Functional Interrogation of Non-coding DNA Sequences in leukemia development and drug resistance

How regulatory elements orchestrate gene expression to give rise to different phenotypes, how the genome is physically organized and how enhancers work to recruit specific combinations of transcription factors are fascinating problems that in-situ targeted perturbations and next-generation sequencing (NGS) are helping to solve. Functional non-coding regions such as enhancers and insulators play an essential role in the regulation of cell type-specific gene expression programs, and mutations at non-coding elements can drive observable phenotypic changes comparable to those driven by mutations at coding sequences. Furthermore, genetic studies suggested that most of the genomic regions associated with disease are non-coding, including instances in cancer. This project specifically investigates the contribution of non-coding element, their sequence variation and 3D genome organization in leukemia. We focus on two aspects: leukemia development and acquisition of drug resistance. Previous work highlighted that non-coding elements and their physical interactions are linked to drug resistance, and are associated with transcriptional changes that remark a new cell identity. This observation opened new opportunites in understanding (and overcoming) drug resistance through the lense of the non-coding genome. For this reason, we investigate non-coding sequences (Objective 1) and chromatin structures (Objective 2) that drive drug resistance in pediatric acute leukemias. We are developing technologies that can be adapted to study drug resistance in other malignancies as well as other biological processes. Several GWAS studies identified non-coding regions whose sequence variation is associated with risk of developing B-cell derived acute lymphoblastic leukemia (B-ALL); genetic associations with B-ALL are solid, and validated across large cohorts of different etnicity. However, very little is known about how variation at these loci predisposes to leukemia development. This project fills this gap and provide mechanistic insights into leukemia development (Objective 3) by dissecting disease-associated enhancers and the network of associated transcription factors.

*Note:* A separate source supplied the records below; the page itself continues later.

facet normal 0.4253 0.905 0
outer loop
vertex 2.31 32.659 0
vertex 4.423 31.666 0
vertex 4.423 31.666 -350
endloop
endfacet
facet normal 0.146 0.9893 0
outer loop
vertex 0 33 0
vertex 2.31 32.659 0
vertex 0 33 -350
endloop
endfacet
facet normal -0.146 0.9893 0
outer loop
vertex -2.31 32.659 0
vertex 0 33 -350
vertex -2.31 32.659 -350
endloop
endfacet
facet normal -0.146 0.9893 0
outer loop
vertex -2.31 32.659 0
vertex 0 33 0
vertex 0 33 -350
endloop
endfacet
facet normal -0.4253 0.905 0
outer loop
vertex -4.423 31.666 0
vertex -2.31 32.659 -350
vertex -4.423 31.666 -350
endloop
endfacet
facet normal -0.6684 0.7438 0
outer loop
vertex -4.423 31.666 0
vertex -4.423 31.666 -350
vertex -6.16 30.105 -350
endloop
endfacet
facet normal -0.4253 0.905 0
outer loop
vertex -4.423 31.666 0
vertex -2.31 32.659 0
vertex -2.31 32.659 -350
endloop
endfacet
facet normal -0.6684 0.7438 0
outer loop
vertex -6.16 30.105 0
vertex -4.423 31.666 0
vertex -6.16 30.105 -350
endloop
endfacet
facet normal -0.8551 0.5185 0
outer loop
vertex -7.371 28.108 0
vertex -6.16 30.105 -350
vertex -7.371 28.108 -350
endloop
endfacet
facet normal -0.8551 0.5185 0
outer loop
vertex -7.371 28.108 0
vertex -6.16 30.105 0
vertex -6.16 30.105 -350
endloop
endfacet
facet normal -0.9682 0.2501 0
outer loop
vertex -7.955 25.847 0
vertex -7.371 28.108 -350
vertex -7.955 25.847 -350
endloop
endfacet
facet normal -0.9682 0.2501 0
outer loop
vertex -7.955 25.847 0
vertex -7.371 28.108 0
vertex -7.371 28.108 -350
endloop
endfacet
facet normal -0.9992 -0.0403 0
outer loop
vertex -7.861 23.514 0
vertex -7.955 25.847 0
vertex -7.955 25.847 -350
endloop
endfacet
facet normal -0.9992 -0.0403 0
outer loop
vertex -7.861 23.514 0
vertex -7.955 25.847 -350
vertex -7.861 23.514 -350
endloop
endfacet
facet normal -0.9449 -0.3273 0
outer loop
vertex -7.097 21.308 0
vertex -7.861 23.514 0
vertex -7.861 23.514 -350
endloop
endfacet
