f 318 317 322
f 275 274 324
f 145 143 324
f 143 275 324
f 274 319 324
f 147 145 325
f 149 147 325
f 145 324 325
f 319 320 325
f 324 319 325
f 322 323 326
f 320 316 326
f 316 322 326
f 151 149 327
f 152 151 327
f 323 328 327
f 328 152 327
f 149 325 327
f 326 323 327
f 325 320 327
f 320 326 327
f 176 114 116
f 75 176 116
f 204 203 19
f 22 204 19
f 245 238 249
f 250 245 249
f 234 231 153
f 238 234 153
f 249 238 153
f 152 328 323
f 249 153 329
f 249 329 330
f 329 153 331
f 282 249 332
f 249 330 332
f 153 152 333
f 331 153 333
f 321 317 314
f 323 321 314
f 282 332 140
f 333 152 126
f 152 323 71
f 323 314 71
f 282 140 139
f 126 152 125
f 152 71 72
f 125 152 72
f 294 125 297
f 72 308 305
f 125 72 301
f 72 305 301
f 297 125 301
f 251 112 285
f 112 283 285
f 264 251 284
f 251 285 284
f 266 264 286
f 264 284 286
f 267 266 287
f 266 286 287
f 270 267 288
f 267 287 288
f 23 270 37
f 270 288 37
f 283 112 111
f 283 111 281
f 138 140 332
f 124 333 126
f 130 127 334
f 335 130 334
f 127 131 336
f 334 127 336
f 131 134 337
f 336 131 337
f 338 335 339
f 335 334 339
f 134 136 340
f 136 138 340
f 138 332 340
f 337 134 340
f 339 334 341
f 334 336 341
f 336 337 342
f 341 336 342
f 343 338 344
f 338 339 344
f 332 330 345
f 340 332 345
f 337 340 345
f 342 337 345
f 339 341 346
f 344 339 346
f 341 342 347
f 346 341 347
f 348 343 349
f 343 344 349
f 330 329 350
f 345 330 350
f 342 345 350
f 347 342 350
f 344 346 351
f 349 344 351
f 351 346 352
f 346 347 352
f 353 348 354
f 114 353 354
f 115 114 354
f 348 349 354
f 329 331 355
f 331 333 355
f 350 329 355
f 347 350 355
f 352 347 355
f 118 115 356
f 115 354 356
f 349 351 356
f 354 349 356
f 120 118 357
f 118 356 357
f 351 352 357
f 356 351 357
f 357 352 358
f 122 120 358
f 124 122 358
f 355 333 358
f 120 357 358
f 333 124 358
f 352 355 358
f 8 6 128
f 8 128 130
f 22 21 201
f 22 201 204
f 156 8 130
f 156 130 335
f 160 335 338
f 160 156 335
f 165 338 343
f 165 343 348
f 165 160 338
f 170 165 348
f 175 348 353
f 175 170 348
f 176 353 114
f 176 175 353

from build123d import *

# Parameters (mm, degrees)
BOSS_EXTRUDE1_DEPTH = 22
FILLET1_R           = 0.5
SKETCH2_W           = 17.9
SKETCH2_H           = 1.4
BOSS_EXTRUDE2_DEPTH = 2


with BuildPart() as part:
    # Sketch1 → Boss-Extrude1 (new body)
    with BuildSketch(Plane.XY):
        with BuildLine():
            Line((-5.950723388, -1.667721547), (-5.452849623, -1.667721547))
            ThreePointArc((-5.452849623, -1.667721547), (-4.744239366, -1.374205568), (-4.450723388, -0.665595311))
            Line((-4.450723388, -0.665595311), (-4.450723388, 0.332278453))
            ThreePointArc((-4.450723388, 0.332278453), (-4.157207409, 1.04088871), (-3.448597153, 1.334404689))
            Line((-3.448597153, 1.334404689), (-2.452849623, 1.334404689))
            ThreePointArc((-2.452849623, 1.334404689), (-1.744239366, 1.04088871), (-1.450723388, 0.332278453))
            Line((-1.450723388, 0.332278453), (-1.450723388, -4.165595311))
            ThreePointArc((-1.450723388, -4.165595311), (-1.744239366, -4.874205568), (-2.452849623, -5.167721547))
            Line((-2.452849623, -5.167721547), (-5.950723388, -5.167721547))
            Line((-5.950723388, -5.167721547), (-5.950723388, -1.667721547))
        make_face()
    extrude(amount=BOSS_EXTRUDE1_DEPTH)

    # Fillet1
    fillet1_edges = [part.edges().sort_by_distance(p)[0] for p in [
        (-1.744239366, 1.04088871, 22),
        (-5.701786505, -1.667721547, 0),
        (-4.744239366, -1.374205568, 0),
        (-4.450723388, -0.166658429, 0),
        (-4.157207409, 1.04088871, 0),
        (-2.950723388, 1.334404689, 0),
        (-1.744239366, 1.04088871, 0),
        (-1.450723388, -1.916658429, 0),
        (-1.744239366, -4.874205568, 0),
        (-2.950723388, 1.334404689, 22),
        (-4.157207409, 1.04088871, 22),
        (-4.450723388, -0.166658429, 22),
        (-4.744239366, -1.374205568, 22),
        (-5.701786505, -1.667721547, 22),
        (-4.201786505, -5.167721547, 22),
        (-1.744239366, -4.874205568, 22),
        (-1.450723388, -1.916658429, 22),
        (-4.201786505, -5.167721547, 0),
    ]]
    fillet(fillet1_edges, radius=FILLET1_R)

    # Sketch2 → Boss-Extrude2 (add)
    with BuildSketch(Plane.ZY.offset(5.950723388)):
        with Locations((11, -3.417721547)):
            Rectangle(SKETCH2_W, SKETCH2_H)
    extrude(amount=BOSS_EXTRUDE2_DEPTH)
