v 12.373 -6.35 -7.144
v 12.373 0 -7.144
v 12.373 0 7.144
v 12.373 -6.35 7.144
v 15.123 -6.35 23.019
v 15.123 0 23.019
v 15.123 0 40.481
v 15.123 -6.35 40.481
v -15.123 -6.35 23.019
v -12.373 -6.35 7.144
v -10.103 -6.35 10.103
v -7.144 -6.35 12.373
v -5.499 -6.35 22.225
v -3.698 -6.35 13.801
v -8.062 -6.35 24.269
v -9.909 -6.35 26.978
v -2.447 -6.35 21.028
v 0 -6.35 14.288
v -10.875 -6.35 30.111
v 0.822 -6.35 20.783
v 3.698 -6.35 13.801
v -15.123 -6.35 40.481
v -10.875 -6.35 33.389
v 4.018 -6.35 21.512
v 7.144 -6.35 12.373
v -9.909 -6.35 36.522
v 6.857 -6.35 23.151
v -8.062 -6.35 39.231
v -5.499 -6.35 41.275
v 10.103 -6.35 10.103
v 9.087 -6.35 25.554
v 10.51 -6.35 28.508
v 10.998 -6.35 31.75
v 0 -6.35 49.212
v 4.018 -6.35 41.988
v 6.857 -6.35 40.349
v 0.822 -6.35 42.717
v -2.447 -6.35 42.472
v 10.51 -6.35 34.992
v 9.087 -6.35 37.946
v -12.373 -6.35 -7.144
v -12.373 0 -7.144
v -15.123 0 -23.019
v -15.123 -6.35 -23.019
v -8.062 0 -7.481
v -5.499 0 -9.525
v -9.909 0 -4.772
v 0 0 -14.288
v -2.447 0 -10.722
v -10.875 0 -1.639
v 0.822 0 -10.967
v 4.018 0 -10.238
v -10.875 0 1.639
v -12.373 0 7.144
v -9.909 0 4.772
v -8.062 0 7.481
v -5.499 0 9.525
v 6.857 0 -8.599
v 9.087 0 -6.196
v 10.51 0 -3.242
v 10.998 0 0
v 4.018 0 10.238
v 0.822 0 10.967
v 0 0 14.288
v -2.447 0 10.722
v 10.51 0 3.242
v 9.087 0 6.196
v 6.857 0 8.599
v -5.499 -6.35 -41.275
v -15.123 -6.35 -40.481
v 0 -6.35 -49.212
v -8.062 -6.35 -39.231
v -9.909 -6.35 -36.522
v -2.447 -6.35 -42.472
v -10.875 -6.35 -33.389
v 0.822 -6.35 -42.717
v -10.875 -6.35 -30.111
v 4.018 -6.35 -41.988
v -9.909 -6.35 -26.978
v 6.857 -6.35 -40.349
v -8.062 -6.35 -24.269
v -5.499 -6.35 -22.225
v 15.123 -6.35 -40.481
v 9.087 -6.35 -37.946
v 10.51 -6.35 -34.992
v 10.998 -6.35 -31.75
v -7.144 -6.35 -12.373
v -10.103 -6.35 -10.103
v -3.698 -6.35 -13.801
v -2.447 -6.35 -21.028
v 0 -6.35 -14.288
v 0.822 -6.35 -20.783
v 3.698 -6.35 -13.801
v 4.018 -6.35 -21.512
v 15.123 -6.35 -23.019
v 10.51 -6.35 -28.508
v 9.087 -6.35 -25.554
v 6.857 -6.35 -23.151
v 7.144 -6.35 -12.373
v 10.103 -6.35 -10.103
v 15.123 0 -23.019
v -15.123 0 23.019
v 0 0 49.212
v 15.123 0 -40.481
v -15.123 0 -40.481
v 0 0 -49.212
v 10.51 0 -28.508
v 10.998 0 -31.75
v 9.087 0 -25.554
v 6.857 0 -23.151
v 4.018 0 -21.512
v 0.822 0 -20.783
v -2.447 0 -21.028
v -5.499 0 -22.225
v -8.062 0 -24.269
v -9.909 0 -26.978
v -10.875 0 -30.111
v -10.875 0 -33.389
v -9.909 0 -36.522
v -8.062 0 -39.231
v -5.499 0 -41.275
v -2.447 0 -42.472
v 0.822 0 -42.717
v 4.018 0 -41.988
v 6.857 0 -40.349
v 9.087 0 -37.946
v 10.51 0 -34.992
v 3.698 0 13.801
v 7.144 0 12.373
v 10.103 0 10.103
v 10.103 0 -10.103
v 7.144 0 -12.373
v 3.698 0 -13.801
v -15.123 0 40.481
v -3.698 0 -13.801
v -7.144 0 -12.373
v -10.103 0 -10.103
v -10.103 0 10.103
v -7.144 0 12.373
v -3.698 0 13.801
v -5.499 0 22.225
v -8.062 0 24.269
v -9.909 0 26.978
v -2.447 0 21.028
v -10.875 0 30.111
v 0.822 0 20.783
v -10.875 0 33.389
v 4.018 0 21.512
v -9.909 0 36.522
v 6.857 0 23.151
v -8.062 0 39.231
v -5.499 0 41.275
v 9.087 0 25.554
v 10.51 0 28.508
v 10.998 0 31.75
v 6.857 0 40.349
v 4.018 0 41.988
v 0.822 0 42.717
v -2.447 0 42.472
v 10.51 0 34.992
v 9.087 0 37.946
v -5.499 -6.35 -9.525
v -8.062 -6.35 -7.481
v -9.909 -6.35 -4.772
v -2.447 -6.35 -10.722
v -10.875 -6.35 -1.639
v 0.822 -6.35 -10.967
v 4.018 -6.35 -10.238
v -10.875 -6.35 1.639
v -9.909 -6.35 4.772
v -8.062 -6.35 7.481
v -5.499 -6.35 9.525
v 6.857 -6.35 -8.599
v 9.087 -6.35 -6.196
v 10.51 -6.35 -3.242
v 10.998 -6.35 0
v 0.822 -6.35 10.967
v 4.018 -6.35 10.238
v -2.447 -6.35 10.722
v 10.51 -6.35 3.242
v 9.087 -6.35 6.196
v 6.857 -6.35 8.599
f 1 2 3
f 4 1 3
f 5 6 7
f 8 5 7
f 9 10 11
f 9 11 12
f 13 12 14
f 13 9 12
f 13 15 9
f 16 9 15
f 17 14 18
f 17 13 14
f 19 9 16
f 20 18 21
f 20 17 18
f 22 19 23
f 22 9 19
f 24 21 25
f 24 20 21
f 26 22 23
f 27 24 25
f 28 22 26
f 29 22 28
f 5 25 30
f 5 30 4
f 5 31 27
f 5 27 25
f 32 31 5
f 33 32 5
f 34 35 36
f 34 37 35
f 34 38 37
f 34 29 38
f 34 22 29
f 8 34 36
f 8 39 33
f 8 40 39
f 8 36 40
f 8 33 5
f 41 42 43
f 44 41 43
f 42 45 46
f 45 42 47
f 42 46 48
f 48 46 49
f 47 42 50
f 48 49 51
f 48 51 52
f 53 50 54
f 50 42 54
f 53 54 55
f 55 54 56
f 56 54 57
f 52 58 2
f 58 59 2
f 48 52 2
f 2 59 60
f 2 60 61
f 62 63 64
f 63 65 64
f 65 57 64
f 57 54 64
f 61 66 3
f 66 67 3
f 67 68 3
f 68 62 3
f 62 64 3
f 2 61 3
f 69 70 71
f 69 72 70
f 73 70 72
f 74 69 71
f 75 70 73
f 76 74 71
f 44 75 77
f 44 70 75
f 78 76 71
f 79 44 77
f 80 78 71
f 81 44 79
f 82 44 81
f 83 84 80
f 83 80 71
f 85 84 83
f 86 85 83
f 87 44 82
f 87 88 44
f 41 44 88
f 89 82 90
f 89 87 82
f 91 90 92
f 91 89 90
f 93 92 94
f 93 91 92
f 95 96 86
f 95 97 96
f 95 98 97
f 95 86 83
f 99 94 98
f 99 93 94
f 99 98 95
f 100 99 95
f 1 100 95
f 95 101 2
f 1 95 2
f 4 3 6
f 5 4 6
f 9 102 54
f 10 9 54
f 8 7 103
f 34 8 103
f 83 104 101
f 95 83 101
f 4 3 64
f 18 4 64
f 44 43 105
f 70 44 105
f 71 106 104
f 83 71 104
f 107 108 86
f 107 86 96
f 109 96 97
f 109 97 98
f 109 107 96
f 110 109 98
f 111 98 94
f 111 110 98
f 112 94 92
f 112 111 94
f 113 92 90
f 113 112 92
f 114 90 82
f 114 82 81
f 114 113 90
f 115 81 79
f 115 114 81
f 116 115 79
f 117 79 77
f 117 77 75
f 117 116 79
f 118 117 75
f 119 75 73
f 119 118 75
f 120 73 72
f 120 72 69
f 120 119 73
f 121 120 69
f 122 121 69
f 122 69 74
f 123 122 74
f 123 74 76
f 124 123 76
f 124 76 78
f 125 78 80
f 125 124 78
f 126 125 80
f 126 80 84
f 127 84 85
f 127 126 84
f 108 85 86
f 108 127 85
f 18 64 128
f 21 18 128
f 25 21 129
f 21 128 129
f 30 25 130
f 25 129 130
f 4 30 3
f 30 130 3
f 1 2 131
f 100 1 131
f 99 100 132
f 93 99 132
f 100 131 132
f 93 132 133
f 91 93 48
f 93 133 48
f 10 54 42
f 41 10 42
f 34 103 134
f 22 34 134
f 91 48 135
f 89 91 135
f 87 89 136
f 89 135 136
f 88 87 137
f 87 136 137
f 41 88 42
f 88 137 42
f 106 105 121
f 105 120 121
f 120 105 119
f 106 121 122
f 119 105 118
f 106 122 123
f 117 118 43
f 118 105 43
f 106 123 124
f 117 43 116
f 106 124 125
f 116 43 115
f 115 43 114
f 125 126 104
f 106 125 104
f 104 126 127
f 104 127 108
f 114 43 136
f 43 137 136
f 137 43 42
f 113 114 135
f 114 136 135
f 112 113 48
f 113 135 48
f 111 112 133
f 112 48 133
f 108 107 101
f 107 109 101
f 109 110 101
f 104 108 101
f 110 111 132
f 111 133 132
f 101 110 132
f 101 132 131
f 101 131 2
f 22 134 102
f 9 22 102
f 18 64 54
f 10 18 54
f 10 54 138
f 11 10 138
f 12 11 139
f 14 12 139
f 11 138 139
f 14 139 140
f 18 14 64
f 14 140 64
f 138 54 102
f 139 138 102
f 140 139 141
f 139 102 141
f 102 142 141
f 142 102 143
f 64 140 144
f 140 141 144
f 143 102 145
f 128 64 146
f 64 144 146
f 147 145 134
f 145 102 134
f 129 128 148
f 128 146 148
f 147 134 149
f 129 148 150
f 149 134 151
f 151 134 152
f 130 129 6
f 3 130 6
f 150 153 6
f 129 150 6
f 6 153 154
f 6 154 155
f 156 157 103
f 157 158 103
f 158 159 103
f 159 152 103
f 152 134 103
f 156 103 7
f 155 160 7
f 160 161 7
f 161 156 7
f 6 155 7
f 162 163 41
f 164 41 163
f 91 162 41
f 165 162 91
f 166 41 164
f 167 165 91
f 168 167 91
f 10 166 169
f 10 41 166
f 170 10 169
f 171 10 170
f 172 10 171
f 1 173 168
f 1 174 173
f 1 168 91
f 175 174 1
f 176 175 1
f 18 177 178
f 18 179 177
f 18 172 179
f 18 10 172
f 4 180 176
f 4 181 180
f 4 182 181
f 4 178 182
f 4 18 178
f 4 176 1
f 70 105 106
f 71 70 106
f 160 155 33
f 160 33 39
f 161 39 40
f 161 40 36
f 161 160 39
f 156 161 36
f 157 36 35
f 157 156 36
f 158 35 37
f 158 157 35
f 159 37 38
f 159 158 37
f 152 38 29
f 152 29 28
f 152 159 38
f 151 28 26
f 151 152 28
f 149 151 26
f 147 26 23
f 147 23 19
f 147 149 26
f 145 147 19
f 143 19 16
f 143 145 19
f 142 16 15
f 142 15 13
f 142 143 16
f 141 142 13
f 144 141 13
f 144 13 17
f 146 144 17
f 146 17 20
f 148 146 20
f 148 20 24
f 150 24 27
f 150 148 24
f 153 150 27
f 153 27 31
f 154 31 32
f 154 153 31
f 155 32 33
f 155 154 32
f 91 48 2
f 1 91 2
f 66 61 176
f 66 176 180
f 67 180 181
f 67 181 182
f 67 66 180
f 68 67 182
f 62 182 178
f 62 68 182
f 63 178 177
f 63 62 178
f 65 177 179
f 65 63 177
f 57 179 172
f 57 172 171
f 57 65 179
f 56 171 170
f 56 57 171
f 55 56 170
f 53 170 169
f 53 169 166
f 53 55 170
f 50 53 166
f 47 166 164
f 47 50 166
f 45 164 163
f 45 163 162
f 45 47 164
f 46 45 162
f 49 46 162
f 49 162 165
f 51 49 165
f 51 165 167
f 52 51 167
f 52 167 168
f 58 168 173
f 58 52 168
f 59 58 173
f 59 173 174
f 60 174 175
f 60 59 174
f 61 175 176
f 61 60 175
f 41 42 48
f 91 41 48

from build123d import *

# Parameters (mm, degrees)
F0_R     = 14.2875
F0_R_2   = 10.9982
F1_DEPTH = 6.35


with BuildPart() as f1:
    # F0 (on Front) → F1 (new body)
    with BuildSketch(Plane.XZ):
        with BuildLine():
            Line((-15.122969, -23.01875), (0, -14.2875))
            ThreePointArc((0, -14.2875), (-7.14375, -12.373338), (-12.373338, -7.14375))
            Line((-12.373338, -7.14375), (-15.122969, -23.01875))
        make_face()
        with BuildLine():
            Line((15.122969, -23.01875), (12.373338, -7.14375))
            ThreePointArc((12.373338, -7.14375), (7.14375, -12.373338), (0, -14.2875))
            Line((0, -14.2875), (15.122969, -23.01875))
        make_face()
        Polygon((-15.122969, 23.01875), (0, 14.2875), (15.122969, 23.01875), (15.122969, 40.48125), (0, 49.2125), (-15.122969, 40.48125), align=None)
        with Locations((0, 31.75)):
            Circle(F0_R, mode=Mode.SUBTRACT)
        Polygon((15.122969, -23.01875), (0, -14.2875), (-15.122969, -23.01875), (-15.122969, -40.48125), (0, -49.2125), (15.122969, -40.48125), align=None)
        with Locations((0, -31.75)):
            Circle(F0_R, mode=Mode.SUBTRACT)
        Polygon((12.373338, -7.14375), (12.373338, 7.14375), (0, 14.2875), (-12.373338, 7.14375), (-12.373338, -7.14375), (0, -14.2875), align=None)
        Circle(F0_R_2, mode=Mode.SUBTRACT)
        with Locations((0, -31.75)):
            Circle(F0_R)
        with Locations((0, -31.75)):
            Circle(F0_R_2, mode=Mode.SUBTRACT)
        with Locations((0, 31.75)):
            Circle(F0_R)
        with Locations((0, 31.75)):
            Circle(F0_R_2, mode=Mode.SUBTRACT)
        with BuildLine():
            ThreePointArc((-12.373338, 7.14375), (-7.14375, 12.373338), (0, 14.2875))
            Line((0, 14.2875), (-15.122969, 23.01875))
            Line((-15.122969, 23.01875), (-12.373338, 7.14375))
        make_face()
        with BuildLine():
            ThreePointArc((0, 14.2875), (7.14375, 12.373338), (12.373338, 7.14375))
            Line((12.373338, 7.14375), (15.122969, 23.01875))
            Line((15.122969, 23.01875), (0, 14.2875))
        make_face()
    extrude(amount=F1_DEPTH)


solid = f1.part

To uncover regulatory elements involved in drug resistance, we've developed a method that allows us to make specific changes in the non-coding regions of our DNA. This method is genome-wide and doesn't require specific design. We introduce short DNA tags randomly, then employ CRISPR technology to modify the epigenetic features of nearby regulatory elements. To ensure the effectiveness of our approach, we've determined the minimum number of cells required for comprehensive genome analysis. By examining the CRISPR enzyme's behavior in a specific genomic site, we found that it can influence DNA within a 10 kb range. This insight allows us to divide the genome into manageable 10 kb bins. We've also optimized the number of DNA tag insertions per cell and developed a versatile DNA tool for recruiting CRISPR enzymes and recording integration sites. We've identified efficient delivery methods and are currently working on the sequencing part. Our next step is to conduct screenings and validate the regulatory elements we've identified. Our research has further focused on three specific genomic regions: CD273/CD274, CD19, and IKZF1. In the CD273/CD274 region, we've identified a critical 2.5 kb core area within a super enhancer, which controls the expression of genes related to immunotherapy. We've used CRISPRi to study this area and are preparing for more detailed investigations by employing a set of base editors for high-resolution mapping of critical motifs. By introducing single nucleotide substitution at the CD19 enhancer, we've discovered important motifs that control CD19 expression. Our findings have led to the development of a computational tool to assist in data analysis. Additionally, we're studying DNA regions associated with leukemia predisposition by perfirming tiling screenings and investigating which nucleotides and transcription factors are involved in this condition.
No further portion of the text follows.